■ EXERCISE INPUTS ■
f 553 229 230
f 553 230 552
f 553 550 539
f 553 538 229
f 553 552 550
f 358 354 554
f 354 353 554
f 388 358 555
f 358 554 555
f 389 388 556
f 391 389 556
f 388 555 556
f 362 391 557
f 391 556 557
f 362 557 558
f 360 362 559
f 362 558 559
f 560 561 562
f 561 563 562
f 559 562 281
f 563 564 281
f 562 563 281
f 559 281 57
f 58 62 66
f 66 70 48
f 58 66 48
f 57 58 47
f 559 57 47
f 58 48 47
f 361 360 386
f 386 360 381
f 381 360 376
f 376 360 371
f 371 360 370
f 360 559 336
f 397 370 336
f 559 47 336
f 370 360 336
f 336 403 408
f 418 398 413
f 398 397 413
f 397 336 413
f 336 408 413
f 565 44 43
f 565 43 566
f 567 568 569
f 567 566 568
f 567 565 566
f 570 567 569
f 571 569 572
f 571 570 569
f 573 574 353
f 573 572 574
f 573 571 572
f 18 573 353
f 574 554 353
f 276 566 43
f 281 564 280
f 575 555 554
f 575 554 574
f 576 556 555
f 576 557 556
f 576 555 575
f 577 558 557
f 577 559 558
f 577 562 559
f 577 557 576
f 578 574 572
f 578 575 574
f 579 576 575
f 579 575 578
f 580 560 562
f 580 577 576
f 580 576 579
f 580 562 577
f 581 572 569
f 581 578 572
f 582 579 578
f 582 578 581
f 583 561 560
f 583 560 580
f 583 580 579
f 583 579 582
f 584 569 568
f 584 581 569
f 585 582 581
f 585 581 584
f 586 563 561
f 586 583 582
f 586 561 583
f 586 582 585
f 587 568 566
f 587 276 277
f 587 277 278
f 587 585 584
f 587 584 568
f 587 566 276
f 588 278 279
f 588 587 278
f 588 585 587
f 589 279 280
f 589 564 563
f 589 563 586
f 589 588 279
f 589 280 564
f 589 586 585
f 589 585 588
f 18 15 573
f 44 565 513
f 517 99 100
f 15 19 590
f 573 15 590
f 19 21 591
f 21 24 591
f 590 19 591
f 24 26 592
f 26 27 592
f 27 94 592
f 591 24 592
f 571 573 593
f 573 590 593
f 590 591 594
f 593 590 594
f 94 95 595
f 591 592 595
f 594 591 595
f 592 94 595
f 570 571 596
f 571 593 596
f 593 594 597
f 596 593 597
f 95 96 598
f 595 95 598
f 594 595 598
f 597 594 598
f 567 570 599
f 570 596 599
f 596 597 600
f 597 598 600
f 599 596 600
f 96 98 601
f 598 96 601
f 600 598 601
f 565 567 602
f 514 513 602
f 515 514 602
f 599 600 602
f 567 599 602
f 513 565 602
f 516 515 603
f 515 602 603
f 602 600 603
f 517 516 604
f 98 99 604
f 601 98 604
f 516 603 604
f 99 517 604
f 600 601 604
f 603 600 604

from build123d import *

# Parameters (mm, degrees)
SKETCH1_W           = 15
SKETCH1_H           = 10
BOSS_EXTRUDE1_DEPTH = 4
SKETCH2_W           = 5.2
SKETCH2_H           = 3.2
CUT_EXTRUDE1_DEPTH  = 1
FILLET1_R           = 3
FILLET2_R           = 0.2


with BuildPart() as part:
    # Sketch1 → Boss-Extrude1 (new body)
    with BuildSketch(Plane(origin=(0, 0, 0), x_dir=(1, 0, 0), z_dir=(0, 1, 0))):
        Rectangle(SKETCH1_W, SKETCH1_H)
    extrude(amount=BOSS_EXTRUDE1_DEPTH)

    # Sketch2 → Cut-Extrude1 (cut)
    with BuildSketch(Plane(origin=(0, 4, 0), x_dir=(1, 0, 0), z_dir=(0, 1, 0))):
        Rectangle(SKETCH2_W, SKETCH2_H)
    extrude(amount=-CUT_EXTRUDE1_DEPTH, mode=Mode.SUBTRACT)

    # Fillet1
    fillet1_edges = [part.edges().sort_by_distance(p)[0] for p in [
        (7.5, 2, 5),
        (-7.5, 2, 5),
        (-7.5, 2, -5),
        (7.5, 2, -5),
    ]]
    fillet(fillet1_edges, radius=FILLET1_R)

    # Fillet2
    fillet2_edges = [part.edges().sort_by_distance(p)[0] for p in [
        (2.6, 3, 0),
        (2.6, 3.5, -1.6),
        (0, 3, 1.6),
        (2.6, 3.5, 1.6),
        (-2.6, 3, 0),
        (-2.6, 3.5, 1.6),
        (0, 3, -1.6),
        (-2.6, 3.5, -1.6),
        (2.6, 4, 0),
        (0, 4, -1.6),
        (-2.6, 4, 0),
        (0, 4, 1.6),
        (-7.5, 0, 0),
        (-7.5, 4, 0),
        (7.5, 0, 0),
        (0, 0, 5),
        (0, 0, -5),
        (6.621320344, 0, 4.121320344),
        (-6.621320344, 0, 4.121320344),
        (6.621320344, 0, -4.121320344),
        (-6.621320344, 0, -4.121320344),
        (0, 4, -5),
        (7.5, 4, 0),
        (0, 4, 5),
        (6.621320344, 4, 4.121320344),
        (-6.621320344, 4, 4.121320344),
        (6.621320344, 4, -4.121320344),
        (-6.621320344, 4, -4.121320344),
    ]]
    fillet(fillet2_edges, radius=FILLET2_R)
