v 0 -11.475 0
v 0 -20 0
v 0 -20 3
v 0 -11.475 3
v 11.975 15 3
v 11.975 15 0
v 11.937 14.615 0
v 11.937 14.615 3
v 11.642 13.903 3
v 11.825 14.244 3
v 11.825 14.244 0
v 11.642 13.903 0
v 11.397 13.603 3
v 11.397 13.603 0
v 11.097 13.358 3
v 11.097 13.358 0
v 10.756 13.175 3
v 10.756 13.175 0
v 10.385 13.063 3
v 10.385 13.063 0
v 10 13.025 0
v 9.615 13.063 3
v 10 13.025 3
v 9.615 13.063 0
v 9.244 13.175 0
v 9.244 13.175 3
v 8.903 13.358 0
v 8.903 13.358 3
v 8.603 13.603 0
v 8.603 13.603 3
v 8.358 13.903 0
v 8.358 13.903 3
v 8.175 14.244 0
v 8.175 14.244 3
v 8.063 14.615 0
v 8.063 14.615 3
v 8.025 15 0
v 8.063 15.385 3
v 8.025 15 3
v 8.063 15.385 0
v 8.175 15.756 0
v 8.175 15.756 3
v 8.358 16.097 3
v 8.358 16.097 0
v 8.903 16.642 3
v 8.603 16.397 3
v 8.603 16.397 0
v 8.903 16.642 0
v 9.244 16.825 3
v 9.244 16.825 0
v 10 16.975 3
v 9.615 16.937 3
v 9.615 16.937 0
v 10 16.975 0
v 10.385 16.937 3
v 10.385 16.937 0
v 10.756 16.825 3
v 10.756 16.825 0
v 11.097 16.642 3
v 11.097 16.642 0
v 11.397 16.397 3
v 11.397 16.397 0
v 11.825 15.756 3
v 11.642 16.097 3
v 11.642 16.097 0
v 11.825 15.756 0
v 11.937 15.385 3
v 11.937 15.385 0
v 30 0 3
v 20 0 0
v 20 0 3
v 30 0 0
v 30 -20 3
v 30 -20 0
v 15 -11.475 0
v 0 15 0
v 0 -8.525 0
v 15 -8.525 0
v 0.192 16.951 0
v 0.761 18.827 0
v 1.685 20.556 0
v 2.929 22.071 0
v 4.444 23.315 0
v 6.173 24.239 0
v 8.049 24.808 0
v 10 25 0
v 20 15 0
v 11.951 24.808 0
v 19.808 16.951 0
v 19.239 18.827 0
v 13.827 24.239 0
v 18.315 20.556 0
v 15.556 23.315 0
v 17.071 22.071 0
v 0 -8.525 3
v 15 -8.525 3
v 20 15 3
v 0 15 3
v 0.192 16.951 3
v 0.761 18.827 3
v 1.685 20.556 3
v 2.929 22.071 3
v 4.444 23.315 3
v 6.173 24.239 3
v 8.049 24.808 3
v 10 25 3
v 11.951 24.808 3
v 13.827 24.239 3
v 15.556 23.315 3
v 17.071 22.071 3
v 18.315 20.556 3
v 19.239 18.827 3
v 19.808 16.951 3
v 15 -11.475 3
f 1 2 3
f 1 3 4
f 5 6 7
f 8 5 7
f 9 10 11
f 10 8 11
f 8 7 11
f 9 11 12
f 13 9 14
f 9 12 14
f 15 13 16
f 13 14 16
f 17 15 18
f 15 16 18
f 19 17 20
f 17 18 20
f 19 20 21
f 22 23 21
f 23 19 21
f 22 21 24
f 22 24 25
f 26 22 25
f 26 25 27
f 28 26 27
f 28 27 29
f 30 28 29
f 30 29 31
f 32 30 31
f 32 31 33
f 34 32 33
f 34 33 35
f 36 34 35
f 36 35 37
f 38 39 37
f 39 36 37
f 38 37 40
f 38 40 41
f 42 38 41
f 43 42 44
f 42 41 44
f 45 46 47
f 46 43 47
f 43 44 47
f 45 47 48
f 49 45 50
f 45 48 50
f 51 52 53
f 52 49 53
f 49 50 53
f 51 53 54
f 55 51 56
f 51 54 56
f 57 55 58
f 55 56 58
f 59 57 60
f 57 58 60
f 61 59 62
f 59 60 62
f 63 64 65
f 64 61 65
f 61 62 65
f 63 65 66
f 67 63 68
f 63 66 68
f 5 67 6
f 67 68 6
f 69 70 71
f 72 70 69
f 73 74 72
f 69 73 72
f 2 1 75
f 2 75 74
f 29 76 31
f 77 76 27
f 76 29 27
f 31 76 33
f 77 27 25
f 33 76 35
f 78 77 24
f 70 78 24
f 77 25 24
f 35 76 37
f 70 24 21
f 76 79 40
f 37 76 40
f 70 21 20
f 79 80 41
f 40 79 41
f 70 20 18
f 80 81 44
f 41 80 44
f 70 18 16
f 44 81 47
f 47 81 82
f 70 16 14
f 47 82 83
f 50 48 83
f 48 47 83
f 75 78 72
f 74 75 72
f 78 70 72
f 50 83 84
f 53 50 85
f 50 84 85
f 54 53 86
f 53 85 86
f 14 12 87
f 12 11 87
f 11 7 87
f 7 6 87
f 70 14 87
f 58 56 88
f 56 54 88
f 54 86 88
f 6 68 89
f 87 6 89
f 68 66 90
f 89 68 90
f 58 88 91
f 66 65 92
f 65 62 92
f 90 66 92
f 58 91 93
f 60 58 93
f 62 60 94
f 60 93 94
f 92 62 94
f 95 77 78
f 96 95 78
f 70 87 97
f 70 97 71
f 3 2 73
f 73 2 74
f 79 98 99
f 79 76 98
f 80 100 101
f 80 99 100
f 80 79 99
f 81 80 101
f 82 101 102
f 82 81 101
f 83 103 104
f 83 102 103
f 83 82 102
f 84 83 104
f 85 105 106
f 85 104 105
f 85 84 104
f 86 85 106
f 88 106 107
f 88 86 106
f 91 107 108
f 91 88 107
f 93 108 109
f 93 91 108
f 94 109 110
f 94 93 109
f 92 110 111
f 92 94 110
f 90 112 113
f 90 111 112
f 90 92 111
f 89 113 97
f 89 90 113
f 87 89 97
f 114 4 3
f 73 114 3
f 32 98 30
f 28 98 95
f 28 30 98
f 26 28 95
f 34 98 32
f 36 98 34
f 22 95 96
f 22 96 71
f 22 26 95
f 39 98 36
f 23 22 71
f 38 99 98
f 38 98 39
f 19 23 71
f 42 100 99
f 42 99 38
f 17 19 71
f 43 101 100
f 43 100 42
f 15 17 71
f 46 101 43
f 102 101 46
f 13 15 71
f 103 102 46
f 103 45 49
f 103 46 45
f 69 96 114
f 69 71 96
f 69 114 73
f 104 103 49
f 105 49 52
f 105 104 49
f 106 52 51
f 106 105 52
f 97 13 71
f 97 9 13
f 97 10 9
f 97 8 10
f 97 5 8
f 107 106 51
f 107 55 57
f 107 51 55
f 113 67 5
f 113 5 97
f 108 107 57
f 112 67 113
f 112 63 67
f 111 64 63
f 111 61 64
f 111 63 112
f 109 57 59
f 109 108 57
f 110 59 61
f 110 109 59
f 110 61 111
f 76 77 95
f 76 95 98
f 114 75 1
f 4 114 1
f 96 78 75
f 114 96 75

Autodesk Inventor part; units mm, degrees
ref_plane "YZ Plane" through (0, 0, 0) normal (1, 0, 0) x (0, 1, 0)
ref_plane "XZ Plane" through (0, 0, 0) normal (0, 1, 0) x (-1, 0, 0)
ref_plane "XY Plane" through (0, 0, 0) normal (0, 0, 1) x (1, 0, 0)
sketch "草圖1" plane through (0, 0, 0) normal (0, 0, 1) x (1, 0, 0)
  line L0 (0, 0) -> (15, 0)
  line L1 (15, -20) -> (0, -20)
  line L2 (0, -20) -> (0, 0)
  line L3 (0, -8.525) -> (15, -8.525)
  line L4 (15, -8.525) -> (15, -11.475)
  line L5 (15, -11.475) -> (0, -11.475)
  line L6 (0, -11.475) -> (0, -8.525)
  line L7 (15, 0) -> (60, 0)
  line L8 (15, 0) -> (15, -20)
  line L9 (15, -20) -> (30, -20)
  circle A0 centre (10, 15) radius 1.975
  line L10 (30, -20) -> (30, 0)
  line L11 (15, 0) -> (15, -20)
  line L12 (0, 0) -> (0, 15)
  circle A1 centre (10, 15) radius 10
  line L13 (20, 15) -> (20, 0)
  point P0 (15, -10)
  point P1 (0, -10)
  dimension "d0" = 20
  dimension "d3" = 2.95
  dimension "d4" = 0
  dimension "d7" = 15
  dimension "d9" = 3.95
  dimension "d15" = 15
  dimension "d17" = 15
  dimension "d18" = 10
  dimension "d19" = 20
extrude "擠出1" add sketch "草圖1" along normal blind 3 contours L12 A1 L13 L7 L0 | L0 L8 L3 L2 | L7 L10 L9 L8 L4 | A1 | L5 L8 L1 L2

---

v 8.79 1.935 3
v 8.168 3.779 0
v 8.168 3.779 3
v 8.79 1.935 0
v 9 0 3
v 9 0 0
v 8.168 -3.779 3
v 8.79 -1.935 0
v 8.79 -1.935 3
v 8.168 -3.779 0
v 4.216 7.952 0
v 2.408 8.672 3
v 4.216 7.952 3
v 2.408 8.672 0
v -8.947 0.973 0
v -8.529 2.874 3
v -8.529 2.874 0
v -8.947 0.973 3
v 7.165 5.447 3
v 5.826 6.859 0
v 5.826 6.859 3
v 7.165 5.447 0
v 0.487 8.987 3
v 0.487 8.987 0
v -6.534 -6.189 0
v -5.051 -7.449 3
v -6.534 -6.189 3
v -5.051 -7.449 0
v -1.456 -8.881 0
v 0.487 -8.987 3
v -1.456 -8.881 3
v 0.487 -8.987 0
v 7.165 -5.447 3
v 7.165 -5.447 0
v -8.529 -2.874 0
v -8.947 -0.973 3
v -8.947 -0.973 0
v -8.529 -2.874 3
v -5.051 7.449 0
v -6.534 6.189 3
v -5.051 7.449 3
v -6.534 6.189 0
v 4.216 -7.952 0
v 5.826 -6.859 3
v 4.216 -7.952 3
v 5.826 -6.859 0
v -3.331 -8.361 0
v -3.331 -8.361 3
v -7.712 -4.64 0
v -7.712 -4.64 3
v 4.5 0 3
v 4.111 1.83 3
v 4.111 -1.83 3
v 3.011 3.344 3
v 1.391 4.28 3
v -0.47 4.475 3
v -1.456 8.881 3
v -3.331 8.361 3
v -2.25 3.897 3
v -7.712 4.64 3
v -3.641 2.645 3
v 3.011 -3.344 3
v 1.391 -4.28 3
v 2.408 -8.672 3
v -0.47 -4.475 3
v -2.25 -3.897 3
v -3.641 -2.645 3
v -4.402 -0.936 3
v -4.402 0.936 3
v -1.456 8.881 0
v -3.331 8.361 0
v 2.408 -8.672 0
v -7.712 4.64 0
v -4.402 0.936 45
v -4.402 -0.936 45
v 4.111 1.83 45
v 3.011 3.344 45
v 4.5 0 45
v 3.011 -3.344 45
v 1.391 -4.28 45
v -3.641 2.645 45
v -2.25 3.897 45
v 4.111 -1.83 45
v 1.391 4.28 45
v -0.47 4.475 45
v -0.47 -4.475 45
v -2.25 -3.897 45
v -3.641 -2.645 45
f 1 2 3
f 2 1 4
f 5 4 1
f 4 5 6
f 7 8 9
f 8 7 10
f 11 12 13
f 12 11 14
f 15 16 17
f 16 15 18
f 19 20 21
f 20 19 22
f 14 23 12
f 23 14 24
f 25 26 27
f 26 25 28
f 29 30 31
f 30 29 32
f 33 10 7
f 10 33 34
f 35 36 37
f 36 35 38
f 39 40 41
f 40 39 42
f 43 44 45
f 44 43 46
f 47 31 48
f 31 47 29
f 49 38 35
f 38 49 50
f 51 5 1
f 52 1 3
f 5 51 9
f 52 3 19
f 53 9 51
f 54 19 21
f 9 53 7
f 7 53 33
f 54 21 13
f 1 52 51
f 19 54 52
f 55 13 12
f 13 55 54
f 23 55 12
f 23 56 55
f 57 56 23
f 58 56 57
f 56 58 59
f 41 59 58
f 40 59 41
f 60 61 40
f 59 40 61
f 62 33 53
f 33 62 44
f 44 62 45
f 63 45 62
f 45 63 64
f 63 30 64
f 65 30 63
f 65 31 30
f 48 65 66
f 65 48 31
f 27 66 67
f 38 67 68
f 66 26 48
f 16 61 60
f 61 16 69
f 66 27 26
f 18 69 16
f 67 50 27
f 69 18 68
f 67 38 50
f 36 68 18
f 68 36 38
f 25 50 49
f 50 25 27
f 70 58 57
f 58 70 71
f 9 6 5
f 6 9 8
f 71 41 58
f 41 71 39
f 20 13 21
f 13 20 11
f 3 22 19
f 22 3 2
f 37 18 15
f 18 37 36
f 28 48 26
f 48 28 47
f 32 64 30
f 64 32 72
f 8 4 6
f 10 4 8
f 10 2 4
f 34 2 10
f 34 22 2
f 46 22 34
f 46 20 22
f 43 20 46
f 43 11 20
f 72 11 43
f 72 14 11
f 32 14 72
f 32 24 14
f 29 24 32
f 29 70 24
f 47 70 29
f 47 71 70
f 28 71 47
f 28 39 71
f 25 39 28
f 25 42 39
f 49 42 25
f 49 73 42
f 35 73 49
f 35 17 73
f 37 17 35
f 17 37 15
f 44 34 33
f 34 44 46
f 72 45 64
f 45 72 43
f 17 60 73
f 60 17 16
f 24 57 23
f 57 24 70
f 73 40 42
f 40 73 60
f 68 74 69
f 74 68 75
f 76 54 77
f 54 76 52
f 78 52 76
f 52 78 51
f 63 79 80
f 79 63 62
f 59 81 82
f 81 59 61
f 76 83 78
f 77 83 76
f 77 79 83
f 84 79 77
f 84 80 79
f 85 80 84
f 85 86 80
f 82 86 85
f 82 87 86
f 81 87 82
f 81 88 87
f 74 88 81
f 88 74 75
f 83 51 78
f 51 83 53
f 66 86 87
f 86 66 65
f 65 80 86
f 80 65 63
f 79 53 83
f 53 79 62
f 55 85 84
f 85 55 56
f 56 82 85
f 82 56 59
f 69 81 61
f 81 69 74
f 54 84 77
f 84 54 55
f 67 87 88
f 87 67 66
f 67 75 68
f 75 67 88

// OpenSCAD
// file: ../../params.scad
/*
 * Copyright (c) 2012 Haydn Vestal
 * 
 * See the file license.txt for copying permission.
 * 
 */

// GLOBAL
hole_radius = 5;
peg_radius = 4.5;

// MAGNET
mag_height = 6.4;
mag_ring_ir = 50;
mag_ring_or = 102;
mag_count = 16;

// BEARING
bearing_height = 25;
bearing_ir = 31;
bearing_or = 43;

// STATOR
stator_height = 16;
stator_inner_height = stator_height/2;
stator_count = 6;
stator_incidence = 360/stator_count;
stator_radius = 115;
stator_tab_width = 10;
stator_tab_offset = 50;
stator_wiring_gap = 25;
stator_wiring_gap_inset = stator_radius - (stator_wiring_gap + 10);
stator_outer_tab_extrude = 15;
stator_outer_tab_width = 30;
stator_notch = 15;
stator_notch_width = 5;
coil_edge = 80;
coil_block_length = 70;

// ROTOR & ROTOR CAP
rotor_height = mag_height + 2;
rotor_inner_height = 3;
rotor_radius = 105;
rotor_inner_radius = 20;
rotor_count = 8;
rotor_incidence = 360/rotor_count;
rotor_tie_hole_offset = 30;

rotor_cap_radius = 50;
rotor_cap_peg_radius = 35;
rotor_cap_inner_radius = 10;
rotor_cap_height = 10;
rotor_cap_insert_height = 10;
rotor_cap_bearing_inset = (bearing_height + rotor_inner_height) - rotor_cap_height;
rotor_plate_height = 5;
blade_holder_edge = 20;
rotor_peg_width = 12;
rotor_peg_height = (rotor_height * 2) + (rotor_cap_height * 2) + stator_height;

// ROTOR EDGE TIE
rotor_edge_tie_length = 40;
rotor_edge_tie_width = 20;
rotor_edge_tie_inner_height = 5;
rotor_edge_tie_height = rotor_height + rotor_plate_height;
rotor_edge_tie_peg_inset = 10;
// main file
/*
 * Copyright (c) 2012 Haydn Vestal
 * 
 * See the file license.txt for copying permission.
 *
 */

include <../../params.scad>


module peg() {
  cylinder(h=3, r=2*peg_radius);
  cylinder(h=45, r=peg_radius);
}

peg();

■ PROBLEM ■
Using the records, report how many lines contain the word "BuildSketch", adding no other text.

■ EXPECTED ANSWER ■
2